Samuel Amadon
Cleveland State University Poetry Center ($15.95)
by Chris Vola
Unbeknownst to many, Hartford enjoys one of the richest and longest literary traditions of any American city. Connecticut’s capital was the longtime home and workplace of Mark Twain and Harriet Beecher Stowe, and served as a major formative influence for later poets and writers like Wallace Stevens and Dominick and John Gregory Dunne. Its pastoral grace caused Twain to remark, “Of all the beautiful towns it has been my fortune to see [Hartford] is the chief . . . You do not know what beauty is if you have not been here.” Now far removed from its zenith as the country’s wealthiest town in the nineteenth century and later as “The Insurance Capital of the World,” however, today’s Hartford conjures images of gang violence and drug-addled squalor, the soiled concrete skeletons of a long-forgotten hopefulness rather than the Gilded Age pillar of commerce. Samuel Amadon shows us in his powerful collection The Hartford Book this city of destitution and darkness.

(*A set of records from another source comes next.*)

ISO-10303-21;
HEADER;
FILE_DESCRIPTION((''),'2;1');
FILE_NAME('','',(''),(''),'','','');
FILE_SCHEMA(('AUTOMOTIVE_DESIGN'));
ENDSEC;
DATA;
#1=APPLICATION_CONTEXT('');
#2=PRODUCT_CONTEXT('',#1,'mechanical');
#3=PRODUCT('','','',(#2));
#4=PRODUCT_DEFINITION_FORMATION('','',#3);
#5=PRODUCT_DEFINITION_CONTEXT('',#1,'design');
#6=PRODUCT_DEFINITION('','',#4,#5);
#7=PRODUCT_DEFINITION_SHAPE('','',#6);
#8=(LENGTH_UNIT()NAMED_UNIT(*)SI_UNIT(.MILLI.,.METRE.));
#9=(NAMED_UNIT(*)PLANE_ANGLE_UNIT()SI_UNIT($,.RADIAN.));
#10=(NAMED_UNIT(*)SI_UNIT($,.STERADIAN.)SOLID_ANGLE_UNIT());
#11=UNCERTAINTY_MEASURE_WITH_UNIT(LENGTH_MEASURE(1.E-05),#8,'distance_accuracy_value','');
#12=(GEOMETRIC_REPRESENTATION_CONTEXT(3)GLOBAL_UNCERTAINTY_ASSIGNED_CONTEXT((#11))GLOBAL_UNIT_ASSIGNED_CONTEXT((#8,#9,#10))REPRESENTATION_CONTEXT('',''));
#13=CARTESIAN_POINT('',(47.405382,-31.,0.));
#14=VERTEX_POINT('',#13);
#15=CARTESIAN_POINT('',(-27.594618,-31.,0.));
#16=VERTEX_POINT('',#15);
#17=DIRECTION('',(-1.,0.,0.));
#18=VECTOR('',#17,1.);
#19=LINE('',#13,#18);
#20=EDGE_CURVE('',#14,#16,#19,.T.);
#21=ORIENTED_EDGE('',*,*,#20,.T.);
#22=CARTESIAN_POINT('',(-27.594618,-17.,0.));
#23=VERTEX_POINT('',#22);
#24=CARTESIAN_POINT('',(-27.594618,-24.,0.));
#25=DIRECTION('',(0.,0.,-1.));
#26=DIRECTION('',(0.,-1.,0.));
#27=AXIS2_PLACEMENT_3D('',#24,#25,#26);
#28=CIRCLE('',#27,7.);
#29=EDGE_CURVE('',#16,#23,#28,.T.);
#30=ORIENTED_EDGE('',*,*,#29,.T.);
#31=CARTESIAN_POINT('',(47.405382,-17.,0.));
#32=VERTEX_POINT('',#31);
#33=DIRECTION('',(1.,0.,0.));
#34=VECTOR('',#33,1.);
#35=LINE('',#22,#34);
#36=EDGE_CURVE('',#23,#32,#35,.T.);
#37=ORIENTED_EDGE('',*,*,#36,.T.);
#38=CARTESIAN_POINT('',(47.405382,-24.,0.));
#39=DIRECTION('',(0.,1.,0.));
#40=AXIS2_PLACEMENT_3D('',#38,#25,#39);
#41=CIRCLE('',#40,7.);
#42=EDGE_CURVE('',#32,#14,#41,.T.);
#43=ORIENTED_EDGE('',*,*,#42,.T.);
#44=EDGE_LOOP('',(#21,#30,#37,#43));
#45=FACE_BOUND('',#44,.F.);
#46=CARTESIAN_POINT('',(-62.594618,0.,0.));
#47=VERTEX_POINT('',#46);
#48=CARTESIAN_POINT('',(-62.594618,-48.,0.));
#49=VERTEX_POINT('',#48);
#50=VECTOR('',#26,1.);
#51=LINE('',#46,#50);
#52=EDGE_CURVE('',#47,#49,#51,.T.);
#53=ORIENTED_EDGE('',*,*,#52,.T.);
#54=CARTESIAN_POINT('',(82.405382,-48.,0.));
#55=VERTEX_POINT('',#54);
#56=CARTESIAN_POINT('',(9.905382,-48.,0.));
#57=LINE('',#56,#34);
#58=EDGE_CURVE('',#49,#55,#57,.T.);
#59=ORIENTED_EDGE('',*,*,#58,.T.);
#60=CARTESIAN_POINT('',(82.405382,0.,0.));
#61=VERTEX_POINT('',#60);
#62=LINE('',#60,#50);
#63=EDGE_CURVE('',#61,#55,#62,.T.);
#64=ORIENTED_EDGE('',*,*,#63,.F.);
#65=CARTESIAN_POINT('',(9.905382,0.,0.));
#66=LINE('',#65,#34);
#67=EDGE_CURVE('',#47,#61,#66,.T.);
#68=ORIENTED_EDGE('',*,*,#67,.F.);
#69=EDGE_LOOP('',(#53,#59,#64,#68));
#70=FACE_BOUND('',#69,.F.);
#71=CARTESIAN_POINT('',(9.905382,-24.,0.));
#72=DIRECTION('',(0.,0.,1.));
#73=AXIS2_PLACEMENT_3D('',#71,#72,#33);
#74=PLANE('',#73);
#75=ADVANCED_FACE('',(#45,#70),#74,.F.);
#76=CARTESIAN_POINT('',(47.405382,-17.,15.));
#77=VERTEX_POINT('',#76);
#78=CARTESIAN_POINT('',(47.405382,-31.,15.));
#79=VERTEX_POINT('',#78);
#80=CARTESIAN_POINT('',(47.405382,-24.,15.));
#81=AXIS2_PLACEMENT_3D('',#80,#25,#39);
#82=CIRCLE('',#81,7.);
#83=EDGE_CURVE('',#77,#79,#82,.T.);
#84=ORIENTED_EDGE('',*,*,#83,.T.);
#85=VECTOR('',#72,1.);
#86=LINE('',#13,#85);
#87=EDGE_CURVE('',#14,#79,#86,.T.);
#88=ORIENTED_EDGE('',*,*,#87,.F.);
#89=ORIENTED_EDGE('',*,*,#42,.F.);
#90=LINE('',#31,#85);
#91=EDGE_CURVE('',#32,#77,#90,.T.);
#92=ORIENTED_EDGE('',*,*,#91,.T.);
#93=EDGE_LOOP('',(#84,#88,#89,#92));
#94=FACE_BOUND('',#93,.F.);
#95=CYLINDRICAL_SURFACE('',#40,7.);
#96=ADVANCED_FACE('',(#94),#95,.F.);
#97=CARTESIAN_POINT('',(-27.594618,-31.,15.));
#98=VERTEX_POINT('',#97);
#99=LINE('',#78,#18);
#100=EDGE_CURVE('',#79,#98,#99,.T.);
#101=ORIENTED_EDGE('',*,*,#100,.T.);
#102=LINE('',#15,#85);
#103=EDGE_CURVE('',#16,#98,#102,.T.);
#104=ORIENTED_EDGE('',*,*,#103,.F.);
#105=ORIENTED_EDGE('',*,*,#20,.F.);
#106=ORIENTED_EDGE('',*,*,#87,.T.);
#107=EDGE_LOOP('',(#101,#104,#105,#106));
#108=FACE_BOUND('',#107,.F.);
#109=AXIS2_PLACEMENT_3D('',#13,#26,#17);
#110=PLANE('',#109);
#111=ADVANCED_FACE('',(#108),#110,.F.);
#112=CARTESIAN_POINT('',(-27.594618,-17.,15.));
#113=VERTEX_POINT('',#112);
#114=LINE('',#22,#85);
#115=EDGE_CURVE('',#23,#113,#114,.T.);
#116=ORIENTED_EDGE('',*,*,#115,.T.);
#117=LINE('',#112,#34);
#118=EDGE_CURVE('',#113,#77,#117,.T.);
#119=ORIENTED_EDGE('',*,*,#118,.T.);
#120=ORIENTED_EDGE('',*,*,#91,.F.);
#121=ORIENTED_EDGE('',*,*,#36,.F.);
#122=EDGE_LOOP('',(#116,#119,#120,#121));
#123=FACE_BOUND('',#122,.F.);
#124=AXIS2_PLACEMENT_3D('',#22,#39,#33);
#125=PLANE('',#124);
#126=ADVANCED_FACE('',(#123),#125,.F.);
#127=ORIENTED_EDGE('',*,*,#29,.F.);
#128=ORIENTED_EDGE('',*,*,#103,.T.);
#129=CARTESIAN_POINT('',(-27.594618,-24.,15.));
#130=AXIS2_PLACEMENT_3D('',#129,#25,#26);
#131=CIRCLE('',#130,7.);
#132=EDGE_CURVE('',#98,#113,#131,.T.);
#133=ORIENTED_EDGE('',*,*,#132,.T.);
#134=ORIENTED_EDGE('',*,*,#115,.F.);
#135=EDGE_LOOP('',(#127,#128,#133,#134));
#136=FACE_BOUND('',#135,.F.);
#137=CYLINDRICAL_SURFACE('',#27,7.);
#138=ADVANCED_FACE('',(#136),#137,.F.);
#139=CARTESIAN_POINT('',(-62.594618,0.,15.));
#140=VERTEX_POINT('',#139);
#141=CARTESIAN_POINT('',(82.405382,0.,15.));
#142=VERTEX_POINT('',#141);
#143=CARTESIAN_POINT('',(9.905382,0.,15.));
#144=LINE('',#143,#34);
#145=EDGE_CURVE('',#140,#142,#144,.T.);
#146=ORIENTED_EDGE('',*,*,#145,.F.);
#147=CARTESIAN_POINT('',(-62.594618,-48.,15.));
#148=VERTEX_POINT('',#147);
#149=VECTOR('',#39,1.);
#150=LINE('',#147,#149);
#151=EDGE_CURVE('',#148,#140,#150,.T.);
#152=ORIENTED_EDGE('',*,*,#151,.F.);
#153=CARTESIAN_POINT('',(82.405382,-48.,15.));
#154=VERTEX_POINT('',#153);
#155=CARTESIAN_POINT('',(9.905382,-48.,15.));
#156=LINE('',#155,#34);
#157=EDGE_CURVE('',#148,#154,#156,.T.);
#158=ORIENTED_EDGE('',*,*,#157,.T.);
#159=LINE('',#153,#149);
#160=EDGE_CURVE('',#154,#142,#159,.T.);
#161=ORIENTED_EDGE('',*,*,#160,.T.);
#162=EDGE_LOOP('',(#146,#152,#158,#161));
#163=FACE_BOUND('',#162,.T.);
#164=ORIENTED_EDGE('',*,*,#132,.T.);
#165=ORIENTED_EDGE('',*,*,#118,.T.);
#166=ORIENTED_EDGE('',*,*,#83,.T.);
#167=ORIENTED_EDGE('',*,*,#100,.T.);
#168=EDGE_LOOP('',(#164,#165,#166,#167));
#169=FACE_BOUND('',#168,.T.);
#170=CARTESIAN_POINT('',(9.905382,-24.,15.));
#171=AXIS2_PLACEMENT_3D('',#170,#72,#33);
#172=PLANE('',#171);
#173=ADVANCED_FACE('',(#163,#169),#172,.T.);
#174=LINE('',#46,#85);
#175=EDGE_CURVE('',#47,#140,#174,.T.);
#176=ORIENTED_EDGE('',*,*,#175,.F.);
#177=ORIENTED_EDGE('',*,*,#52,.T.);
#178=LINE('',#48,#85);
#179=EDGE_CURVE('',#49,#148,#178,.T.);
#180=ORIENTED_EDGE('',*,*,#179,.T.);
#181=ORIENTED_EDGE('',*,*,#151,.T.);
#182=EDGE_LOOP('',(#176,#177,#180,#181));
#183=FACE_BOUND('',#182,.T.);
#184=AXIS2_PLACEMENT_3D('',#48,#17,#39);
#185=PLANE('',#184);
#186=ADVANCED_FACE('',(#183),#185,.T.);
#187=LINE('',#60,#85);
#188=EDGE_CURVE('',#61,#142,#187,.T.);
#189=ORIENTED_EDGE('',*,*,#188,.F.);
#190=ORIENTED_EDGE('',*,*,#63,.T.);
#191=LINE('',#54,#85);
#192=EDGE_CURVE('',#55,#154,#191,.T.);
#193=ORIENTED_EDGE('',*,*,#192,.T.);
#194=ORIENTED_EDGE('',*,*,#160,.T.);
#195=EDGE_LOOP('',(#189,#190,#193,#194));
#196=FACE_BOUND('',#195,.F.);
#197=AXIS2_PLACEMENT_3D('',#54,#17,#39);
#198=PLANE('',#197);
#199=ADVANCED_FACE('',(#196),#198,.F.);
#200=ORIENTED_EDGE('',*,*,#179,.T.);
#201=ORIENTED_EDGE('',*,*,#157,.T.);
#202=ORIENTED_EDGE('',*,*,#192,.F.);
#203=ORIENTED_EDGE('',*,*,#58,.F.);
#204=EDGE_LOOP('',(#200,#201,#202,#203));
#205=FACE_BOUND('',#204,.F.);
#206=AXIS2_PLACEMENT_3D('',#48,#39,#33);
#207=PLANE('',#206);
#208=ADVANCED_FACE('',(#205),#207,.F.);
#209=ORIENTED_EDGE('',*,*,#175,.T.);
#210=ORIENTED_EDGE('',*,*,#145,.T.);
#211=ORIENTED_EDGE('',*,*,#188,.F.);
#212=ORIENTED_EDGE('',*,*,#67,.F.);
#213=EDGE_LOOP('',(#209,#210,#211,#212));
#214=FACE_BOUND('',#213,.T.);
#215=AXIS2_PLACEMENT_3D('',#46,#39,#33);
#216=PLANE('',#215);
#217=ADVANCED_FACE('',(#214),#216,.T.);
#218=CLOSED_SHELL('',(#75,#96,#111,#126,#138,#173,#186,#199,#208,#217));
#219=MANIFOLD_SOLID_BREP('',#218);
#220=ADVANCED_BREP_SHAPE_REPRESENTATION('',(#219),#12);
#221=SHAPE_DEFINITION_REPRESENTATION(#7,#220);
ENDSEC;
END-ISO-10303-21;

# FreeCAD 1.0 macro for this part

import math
import FreeCAD as App
import Part
import Sketcher

V = App.Vector
Q = App.Units.Quantity


def add_polygon(sketch, points):
    """Adds a closed chain of lines whose ends are joined by coincident constraints."""
    first, n = sketch.GeometryCount, len(points)
    for a, b in zip(points, points[1:] + points[:1]):
        sketch.addGeometry(Part.LineSegment(App.Vector(*a, 0), App.Vector(*b, 0)), False)
    for i in range(n):
        sketch.addConstraint(Sketcher.Constraint("Coincident", first + i, 2, first + (i + 1) % n, 1))

doc = App.newDocument("Part")
body = doc.addObject("PartDesign::Body", "Body")

# Sketch on XY plane
sketch1 = body.newObject("Sketcher::SketchObject", "Sketch")
sketch1.AttachmentSupport = (doc.getObject("XY_Plane"), [""])
sketch1.MapMode = "FlatFace"
add_polygon(sketch1, [(-63, 0), (-63, -48), (82, -48), (82, 0)])  # lines 0-3
sketch1.addGeometry(Part.LineSegment(V(47, -31, 0), V(-28, -31, 0)), False)  # 4
sketch1.addGeometry(Part.ArcOfCircle(Part.Circle(V(-28, -24, 0), V(0, 0, 1), 7), math.radians(90), math.radians(270)), False)  # 5
sketch1.addGeometry(Part.LineSegment(V(-28, -17, 0), V(47, -17, 0)), False)  # 6
sketch1.addGeometry(Part.ArcOfCircle(Part.Circle(V(47, -24, 0), V(0, 0, 1), 7), math.radians(-90), math.radians(90)), False)  # 7
sketch1.addConstraint([
    Sketcher.Constraint("Tangent", 4, 2, 5, 2),
    Sketcher.Constraint("Tangent", 5, 1, 6, 1),
    Sketcher.Constraint("Tangent", 6, 2, 7, 2),
    Sketcher.Constraint("Tangent", 7, 1, 4, 1),
    Sketcher.Constraint("Vertical", 0),
    Sketcher.Constraint("Horizontal", 1),
    Sketcher.Constraint("Vertical", 2),
    Sketcher.Constraint("Horizontal", 3),
    Sketcher.Constraint("Horizontal", 4),
    Sketcher.Constraint("Horizontal", 6),
    Sketcher.Constraint("PointOnObject", 2, 2, -1),
    Sketcher.Constraint("Radius", 5, Q("7 mm")),
    Sketcher.Constraint("DistanceX", 1, 1, 1, 2, Q("145 mm")),
    Sketcher.Constraint("DistanceX", 4, 2, 4, 1, Q("75 mm")),
    Sketcher.Constraint("DistanceY", 0, 2, 0, 1, Q("48 mm")),
    Sketcher.Constraint("DistanceY", 5, 3, -1, 1, Q("24 mm")),
    Sketcher.Constraint("DistanceX", 0, 2, 5, 3, Q("35 mm")),
    Sketcher.Constraint("DistanceX", 5, 3, -1, 1, Q("27.594618 mm")),
])
pad1 = body.newObject("PartDesign::Pad", "Pad")
pad1.Profile = sketch1
pad1.Length = 15

# Sketch on XY plane
sketch2 = body.newObject("Sketcher::SketchObject", "Sketch001")
sketch2.AttachmentSupport = (doc.getObject("XY_Plane"), [""])
sketch2.MapMode = "FlatFace"
add_polygon(sketch2, [(-63, 0), (-63, -12), (82, -12), (82, 0)])  # lines 0-3
sketch2.addConstraint([
    Sketcher.Constraint("Vertical", 0),
    Sketcher.Constraint("Horizontal", 1),
    Sketcher.Constraint("Vertical", 2),
    Sketcher.Constraint("Horizontal", 3),
    Sketcher.Constraint("PointOnObject", 2, 2, -1),
    Sketcher.Constraint("DistanceX", 1, 1, 1, 2, Q("145 mm")),
    Sketcher.Constraint("DistanceY", 0, 2, 0, 1, Q("12 mm")),
    Sketcher.Constraint("DistanceX", 0, 2, -1, 1, Q("62.594618 mm")),
])
pad2 = body.newObject("PartDesign::Pad", "Pad001")
pad2.Profile = sketch2
pad2.Length = 15

doc.recompute()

In a most general sense, the book’s twenty poems perform an act of reconstruction—a bridging of the memories and psychological accumulation of a post-collegiate poet (ostensibly the author) who’s come back to the streets where he grew up. But this is not the triumphant hero’s return à la Joseph Campbell; this poet immerses himself in a crumbling modern labyrinth containing crackhead neighbors, indifferently promiscuous women, dead and dying relatives, a pervasive shuttered-factory gloom, a pathologically lying roommate who may or may not have cancer, and an acutely debilitating urge toward self-destruction that leaves him “drunk & doubting my own mind.”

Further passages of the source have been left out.